Tonight at an Emergency Council Meeting, the debate over whether President and Treasurer elections for societies should go online finally came to a boil.
The two protagonists of the night were former Sustainability, Engagement and Operations Officer, Zakariya Mohran and this year’s Activities officer Ilyas Morrison.
The whole saga began in December when Morrison sent an email to all society Presidents and Treasurers informing them of the changes to how the elections would be run this year.
The changes would force all societies to have their President and Treasurer elections conducted online instead of via the traditional AGM. At the time at least, the changes would have forced potential candidates for such roles to declare their interest by mid February (whereas traditionally no student would have had to do so till their society’s AGM in mid to late March).
On return to university this year, Morrison wrote a 3,600 word essay to the Presidents and Treasurers in which he outlined that there would now be two online election cycles, with the second cycle running at the same time that the old AGMs would have been held.
However in tonight’s meeting, Mohran proposed the motion that the decision to move these elections online should be reversed (the motion was later amended to giving the option to societies to opt out from online democracy), arguing that smaller societies could be vulnerable to entryism and that the decision was made without consultation.
Morrison stated that online democracy ensured that everyone would be able to vote, and that arguing against this was in fact non-democratic.

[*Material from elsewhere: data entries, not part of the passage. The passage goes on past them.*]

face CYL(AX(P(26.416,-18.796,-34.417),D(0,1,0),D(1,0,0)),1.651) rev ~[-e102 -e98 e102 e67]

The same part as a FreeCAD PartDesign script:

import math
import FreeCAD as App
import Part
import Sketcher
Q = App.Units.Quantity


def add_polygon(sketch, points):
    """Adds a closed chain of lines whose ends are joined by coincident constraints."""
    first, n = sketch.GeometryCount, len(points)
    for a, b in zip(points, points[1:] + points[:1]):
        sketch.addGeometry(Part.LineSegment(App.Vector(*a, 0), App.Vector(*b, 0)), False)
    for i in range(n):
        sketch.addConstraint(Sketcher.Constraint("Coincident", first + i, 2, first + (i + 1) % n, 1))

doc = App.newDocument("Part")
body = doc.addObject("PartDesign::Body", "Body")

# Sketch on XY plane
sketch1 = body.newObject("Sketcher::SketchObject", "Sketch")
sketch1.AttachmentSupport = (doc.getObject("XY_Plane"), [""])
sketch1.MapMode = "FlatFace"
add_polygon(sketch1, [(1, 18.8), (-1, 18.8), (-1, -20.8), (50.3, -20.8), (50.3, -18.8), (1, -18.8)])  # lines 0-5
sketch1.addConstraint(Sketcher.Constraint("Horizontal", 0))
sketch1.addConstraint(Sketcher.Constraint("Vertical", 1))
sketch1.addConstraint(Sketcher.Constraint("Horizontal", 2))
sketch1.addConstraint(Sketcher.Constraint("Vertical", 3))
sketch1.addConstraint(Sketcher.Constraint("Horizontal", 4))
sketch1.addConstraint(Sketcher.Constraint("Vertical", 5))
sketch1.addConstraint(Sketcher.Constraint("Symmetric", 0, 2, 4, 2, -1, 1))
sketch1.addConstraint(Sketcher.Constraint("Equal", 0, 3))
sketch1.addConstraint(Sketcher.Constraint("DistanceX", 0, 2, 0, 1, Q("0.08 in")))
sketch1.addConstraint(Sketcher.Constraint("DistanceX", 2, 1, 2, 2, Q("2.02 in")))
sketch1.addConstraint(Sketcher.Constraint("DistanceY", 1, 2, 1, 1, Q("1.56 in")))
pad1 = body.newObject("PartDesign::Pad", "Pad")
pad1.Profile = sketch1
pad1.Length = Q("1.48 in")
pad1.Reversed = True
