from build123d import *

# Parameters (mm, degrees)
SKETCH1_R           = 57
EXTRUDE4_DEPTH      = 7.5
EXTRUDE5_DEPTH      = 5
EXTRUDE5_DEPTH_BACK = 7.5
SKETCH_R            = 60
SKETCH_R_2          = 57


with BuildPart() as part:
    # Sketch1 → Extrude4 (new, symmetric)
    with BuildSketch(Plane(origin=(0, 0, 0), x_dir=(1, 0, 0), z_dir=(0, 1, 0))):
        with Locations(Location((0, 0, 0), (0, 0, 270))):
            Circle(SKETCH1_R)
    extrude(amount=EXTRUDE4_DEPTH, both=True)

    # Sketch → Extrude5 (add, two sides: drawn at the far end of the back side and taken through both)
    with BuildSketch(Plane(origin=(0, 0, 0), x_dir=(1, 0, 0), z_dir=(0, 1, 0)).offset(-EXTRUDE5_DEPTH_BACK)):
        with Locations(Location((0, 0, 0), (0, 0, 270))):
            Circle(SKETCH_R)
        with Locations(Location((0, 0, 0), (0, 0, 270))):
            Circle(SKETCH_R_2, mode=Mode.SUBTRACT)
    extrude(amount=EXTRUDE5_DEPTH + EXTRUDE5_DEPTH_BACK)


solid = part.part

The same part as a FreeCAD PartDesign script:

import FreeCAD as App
import Part
import Sketcher
from FreeCAD import Vector

doc = App.newDocument("Part")
body = doc.addObject("PartDesign::Body", "Body")

# Sketch on XZ plane
sketch1 = body.newObject("Sketcher::SketchObject", "Sketch")
sketch1.AttachmentSupport = (doc.getObject("XZ_Plane"), [""])
sketch1.MapMode = "FlatFace"
sketch1.addGeometry(Part.Circle(Vector(0, 0, 0), Vector(0, 0, 1), 57), False)
sketch1.addConstraint(Sketcher.Constraint("Coincident", 0, 3, -1, 1))
sketch1.addConstraint(Sketcher.Constraint("Diameter", 0, 114.0))
pad1 = body.newObject("PartDesign::Pad", "Pad")
pad1.Profile = sketch1
pad1.Length = 15
pad1.Midplane = True

# Sketch on XZ plane
sketch2 = body.newObject("Sketcher::SketchObject", "Sketch001")
sketch2.AttachmentSupport = (doc.getObject("XZ_Plane"), [""])
sketch2.MapMode = "FlatFace"
sketch2.addGeometry(Part.Circle(Vector(0, 0, 0), Vector(0, 0, 1), 60), False)
sketch2.addGeometry(Part.Circle(Vector(0, 0, 0), Vector(0, 0, 1), 57), False)
sketch2.addConstraint(Sketcher.Constraint("Coincident", 0, 3, -1, 1))
sketch2.addConstraint(Sketcher.Constraint("Coincident", 1, 3, -1, 1))
sketch2.addConstraint(Sketcher.Constraint("Diameter", 0, 120.0))
sketch2.addConstraint(Sketcher.Constraint("Diameter", 1, 114.0))
pad2 = body.newObject("PartDesign::Pad", "Pad001")
pad2.Profile = sketch2
pad2.Type = "TwoLengths"
pad2.Length = 5
pad2.Length2 = 7.5
pad2.Reversed = True

doc.recompute()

Both accused the other of dishonesty and misinformation.
Prominent members of Islamic Society and Union Council which had backed Morrison as a candidate last year, did not say anything to support Morrison (or much at all to be honest). Of the current sabbatical officers in the room, Mark Crawford, Ayo Olatunji, Hamza Jamshaid and Aiysha Qureshi, only Qureshi said anything vaguely supportive.
Morrison was in essence, left to fend for himself. Only Freddie Lynch, the Arts Officer, was vocal in his backing for online democracy.
Morrison was also accused of being under the influence of Alex McKee and Carl Salton-Cox, who are both staff members of the Union.
He alleged that Imperial Union, the students’ union from which both McKee and Salton-Cox had arrived last year, had inflated Imperial’s election turnout numbers by using the same trick of including society election numbers in voter turnout statistics (usually reserved for sabbatical officers and part-time officers). The Union’s marketing team had already printed and distributed hundreds of leaflets advertising these new “Leadership Elections”.
Though Morrison contended vociferously that “staff had no influence” and that the decision was made “under my discretion”.
At the end of the hastily run meeting, the votes were tallied out.
15 voted for the online elections for Presidents and Treasurers to be made opt-out, while 9 voted against. There were two abstentions.